AWESOME!!! I bet they sell like hotcakes! I want a set already! Haha and I don't even have anything to put them on anymore!


----------



## Bootlegger

VERY NICE!!!!!!


----------



## backwoodsboy70

i like them, they look sweet:bad:


----------



## phreebsd

looks like the name is highlifter outlaw 2 or 
Highlifter outlaw² (like squared)

looks like they took the 31 design and just wrapped the big lugs to the bead. at first i thought the intermediate lugs moved in, but from the pic you can see that this is not the case.


----------



## GWNBrute

I wish I would have waited they look bad ***, I will have to run the laws out now and get the law2


----------



## GWNBrute

Does it say 29.5x8.5x14


----------



## matts08brute

I can't wait you guys like my tread on HL that was me them guys got mad at me for asking if they were going to make them but the HL crew turned it around on them


----------



## muddmonkey

thats awesome..... I figured it would just be a matter of time before they came out...


----------



## Polaris425

GWNBrute said:


> Does it say 29.5x8.5x14


29.5x9.50x14 and 29.5x11.00x14 are the sizes


----------



## byrd

Man y not 12s!

Your not riding unless you break it!


----------



## greenkitty7

i like em, but they still dont have the wider lug spacing of a 29.5.... still not gonna bite as good or clean out as good IMO. they remind me of the 31 skinny.


----------



## phreebsd

^ that's why i posted them side by side. looks like only the big lug was extended to the bead.


----------



## Polaris425

greenkitty7 said:


> i like em, but they still dont have the wider lug spacing of a 29.5.... still not gonna bite as good or clean out as good IMO. they remind me of the 31 skinny.

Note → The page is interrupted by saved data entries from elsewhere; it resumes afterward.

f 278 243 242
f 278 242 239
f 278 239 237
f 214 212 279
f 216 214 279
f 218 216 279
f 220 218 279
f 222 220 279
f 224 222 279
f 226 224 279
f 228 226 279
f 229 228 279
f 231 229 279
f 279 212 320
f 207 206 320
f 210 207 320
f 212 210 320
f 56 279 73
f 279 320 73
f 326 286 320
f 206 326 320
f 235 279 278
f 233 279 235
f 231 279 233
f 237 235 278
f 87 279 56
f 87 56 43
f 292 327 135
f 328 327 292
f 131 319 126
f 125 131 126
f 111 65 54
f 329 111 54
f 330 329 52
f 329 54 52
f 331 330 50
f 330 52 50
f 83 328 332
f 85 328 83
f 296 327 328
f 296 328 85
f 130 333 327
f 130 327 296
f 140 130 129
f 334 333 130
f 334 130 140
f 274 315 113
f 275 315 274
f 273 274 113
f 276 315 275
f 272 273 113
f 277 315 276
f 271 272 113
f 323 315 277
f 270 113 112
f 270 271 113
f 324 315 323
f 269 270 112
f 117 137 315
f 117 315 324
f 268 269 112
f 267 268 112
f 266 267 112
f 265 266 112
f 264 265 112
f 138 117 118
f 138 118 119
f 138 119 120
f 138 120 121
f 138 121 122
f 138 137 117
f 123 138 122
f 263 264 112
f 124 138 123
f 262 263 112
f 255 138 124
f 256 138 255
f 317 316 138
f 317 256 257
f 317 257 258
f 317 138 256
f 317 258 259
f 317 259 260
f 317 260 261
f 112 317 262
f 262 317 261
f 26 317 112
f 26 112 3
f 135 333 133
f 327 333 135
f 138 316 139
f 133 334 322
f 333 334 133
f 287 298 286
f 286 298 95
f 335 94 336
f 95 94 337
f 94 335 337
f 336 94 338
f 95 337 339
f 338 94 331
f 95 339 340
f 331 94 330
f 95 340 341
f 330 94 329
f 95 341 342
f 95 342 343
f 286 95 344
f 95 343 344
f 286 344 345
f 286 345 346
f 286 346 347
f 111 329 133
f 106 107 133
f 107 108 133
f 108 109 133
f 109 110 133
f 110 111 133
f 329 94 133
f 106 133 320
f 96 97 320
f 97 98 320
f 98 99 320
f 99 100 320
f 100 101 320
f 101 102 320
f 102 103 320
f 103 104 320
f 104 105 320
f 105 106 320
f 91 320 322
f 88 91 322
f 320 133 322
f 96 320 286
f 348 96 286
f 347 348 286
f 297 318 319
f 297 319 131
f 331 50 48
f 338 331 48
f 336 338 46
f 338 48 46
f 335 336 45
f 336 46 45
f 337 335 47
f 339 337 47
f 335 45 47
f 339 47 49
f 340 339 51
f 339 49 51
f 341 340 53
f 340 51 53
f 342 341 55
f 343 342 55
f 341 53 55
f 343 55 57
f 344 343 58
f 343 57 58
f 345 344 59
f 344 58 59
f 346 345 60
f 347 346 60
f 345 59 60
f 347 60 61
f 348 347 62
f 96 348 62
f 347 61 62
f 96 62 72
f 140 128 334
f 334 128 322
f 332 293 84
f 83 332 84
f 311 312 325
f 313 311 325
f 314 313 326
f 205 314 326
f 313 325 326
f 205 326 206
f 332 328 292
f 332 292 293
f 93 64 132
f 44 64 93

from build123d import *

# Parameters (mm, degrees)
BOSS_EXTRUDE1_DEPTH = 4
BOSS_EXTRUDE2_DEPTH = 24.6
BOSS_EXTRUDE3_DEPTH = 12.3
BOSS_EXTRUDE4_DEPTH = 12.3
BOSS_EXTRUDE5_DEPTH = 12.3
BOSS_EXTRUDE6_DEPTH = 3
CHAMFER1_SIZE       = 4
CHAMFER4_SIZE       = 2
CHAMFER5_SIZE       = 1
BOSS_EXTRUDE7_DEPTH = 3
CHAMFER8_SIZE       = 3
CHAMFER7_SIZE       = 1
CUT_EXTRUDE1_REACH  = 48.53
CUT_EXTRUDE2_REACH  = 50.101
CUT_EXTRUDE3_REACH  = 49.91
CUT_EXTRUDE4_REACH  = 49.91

Yep. They are def. patterned after the 31, not the old 29.


----------



## byrd

yeah but the 31s still have a big following cuz they hold their own in the mud too, so im sure these will do quite well


----------



## HeadC1

Quoted straight from bushhog on highlifter

"If the tire comes out of the mold like we designed it, here are the numbers. The *lug spacing is the same as the current 29.5*. But the lugs are bigger. They are 1.5 inches tall in the center of the tire. The "ears" measure 2.75 massive inches. The lugs are very deeply cupped and every other lug comes all the way down to the edge of the wheel."

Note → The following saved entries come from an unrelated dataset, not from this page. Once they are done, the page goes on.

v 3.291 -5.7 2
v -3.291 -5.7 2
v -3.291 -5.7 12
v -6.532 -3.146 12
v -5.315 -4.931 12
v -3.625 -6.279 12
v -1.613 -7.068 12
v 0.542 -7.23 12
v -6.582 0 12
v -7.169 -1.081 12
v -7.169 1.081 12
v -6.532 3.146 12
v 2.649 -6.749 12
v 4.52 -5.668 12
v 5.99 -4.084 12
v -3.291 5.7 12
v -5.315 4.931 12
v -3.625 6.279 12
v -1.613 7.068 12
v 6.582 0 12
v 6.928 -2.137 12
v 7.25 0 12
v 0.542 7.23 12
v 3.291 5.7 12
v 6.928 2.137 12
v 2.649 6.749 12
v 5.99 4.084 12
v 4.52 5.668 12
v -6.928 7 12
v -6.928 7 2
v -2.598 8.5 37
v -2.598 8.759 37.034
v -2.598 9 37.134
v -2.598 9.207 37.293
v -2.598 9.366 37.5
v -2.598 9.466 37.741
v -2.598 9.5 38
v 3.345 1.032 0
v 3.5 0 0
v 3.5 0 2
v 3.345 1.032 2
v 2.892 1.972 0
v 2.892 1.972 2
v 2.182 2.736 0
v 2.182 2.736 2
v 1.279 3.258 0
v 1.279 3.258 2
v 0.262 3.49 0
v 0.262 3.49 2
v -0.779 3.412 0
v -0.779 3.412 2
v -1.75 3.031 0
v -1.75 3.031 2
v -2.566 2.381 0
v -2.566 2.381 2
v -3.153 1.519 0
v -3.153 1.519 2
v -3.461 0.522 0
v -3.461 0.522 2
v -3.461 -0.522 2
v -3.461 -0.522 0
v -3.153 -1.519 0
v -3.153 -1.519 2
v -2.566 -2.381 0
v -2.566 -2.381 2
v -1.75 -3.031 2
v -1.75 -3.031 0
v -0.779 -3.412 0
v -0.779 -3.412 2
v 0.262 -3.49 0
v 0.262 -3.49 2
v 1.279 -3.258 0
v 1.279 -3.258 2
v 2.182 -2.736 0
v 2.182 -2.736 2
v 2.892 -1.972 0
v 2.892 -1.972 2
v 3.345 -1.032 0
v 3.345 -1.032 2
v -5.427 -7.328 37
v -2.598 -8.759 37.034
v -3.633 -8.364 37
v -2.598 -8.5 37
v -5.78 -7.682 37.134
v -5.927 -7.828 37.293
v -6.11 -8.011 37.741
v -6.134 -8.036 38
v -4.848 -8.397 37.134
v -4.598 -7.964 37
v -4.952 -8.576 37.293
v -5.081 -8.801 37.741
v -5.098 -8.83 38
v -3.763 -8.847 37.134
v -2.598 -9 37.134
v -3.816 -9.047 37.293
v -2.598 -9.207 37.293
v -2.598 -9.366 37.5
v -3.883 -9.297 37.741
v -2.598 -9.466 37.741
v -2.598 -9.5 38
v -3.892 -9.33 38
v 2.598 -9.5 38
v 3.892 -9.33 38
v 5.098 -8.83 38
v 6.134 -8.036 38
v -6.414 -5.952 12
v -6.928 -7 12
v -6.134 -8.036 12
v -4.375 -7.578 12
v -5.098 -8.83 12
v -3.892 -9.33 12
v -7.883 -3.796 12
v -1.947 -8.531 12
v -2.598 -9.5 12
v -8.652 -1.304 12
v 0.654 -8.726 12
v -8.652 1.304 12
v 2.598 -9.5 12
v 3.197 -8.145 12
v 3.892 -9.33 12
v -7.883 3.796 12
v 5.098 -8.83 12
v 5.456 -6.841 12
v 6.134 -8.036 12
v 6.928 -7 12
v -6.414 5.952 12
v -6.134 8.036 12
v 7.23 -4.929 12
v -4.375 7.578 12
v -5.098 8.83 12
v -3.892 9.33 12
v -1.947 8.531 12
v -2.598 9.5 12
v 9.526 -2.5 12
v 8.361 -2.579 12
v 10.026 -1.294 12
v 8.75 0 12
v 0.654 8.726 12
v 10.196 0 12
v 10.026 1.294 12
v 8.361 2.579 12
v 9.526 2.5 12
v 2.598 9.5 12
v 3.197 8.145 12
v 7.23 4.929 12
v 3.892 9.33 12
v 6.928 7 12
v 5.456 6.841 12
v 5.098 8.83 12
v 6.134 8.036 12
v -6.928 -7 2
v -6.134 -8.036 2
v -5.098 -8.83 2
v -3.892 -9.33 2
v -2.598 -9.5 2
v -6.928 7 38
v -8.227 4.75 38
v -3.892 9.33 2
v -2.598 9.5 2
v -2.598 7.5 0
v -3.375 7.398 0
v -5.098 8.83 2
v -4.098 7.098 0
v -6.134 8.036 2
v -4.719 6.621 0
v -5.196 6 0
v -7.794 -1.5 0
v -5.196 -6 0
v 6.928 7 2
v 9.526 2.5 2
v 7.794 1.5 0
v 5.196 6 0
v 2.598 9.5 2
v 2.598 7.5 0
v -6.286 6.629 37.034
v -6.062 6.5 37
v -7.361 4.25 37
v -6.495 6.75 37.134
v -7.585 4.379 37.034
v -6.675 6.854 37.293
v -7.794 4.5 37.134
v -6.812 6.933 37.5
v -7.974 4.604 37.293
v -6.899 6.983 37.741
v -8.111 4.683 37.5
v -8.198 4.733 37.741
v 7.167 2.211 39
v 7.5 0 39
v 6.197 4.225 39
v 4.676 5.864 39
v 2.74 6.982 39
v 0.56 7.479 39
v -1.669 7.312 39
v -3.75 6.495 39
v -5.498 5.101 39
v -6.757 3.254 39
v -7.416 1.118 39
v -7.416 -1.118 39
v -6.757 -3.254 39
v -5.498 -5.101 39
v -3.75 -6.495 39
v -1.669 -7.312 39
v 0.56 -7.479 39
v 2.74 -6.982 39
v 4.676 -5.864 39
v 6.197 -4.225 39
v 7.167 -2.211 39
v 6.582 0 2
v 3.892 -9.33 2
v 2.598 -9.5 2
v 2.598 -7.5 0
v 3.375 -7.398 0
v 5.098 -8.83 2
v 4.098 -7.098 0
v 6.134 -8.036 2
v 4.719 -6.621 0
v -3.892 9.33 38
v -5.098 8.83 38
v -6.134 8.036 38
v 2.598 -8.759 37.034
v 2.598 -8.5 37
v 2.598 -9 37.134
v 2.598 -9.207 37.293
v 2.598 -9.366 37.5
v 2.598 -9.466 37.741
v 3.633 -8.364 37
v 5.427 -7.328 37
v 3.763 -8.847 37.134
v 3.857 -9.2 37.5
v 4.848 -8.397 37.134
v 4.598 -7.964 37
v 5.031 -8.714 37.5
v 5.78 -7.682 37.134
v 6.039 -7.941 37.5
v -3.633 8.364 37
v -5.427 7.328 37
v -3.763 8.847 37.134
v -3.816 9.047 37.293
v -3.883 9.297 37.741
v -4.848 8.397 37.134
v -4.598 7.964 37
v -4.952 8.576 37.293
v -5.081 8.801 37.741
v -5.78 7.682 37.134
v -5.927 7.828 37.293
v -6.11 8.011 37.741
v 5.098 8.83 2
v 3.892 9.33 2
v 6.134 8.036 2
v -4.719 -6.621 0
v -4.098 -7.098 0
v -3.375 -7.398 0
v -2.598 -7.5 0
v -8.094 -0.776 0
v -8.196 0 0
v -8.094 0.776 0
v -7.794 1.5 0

Guess we will see when they come out. I plan on buying a set for the 300.


----------



## greenkitty7

if so they will be bad.. and i will have a set. but im not a fan of the 31s. they just dug on the 650. now all wide 31s are a different story (more lug spacing) but im too much of a water fan to do all wides.


----------



## HeadC1

Yea skinny 31's dig bad, but have you tried all wides yet on your bike. If not then you should. I had all wide 30" backs and Bump had all wide 31" laws and we went deep all the time on our brutes with no problems. Now they did float when it was stood almost straight up and the back tires quit touching. lol I never tried any smaller tires on mine to say if it played in the water any better though.


----------



## greenkitty7

i have indeed tried all wides and mine floated like a bouy. soon as i would lean forward to keep the front down, the back would float. all skinnies worked better for me in the water and what not.


----------



## blizzardrocker

I'm am pumped that these tires are finally coming out for 14" rims. I plan on getting a set when they are released. I'm curious what the weight will be with the deeper lugs and wider ears. Who cares I'm still getting some:rockn:


----------



## greenkitty7

the 750 has enough power to turn any tire with the right clutching... try driving a 400 and actually having to worry about tire weight... i want a set of 32s but unless i go into the engine, i just dont have the powa.


----------



## vicious1

i was at HL 2 weeks ago when i picked up my new 29.5's, they told me would be like oct before the new outlaw2 would be ready


----------



## speedman

im thinking of waiting for these things to come out, or just buying backs for now till they come out cause i dont wanna sell my 14 rims or buy new ones to much money..


----------



## backwoodsboy70

i like the new 29.5's id prob sell my 31s to get them! im tired of them eating my belt!


----------



## brutemike

backwoodsboy70 said:


> i like the new 29.5's id prob sell my 31s to get them! im tired of them eating my belt!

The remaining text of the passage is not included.